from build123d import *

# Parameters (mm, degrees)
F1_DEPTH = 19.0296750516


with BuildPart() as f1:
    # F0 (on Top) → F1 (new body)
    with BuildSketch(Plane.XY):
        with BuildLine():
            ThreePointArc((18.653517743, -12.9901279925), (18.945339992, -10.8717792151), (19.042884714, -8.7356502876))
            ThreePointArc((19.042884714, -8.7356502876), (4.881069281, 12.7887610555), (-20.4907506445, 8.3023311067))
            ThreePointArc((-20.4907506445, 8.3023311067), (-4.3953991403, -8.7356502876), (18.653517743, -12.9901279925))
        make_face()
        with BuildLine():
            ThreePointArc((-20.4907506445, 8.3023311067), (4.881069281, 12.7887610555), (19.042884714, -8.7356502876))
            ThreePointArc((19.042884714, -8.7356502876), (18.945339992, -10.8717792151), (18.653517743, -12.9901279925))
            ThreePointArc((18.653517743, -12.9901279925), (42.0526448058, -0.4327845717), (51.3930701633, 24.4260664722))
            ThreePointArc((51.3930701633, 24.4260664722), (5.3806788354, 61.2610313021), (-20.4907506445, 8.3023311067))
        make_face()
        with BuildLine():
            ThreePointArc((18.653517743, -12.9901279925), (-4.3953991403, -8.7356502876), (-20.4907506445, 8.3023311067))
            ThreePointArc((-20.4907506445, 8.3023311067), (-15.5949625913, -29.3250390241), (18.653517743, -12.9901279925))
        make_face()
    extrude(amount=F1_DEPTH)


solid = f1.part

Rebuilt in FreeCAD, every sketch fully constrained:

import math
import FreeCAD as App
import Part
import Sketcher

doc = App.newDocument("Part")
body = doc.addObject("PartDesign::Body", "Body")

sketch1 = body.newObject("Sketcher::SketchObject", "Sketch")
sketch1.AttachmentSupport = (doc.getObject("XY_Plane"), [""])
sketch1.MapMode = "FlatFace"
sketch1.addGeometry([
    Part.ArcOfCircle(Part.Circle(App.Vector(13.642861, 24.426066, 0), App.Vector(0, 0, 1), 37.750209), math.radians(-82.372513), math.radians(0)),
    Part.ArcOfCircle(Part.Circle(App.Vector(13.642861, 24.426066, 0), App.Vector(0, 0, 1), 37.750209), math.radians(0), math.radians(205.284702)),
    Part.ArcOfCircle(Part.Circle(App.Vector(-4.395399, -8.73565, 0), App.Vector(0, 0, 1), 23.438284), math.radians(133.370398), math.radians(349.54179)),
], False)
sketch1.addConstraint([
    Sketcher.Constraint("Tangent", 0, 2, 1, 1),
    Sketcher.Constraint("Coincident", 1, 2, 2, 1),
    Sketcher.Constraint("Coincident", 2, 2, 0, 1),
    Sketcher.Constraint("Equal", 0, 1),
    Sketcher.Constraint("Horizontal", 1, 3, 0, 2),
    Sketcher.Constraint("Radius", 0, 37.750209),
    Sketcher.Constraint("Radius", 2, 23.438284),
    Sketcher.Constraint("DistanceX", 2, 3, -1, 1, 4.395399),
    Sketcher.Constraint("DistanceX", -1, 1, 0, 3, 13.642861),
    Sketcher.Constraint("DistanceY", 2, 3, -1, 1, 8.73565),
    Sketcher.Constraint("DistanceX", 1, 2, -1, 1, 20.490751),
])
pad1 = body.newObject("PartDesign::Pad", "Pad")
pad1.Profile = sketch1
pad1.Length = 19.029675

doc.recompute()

□ □ □

_TASK REQUIREMENTS_. Return only the part of the records above that opens with the line containing "with BuildPart() as" and closes with the line containing "-10.8717792151), (19.042884714, -8.7356502876))", ends included.

_TASK RESULT_.
with BuildPart() as f1:
    # F0 (on Top) → F1 (new body)
    with BuildSketch(Plane.XY):
        with BuildLine():
            ThreePointArc((18.653517743, -12.9901279925), (18.945339992, -10.8717792151), (19.042884714, -8.7356502876))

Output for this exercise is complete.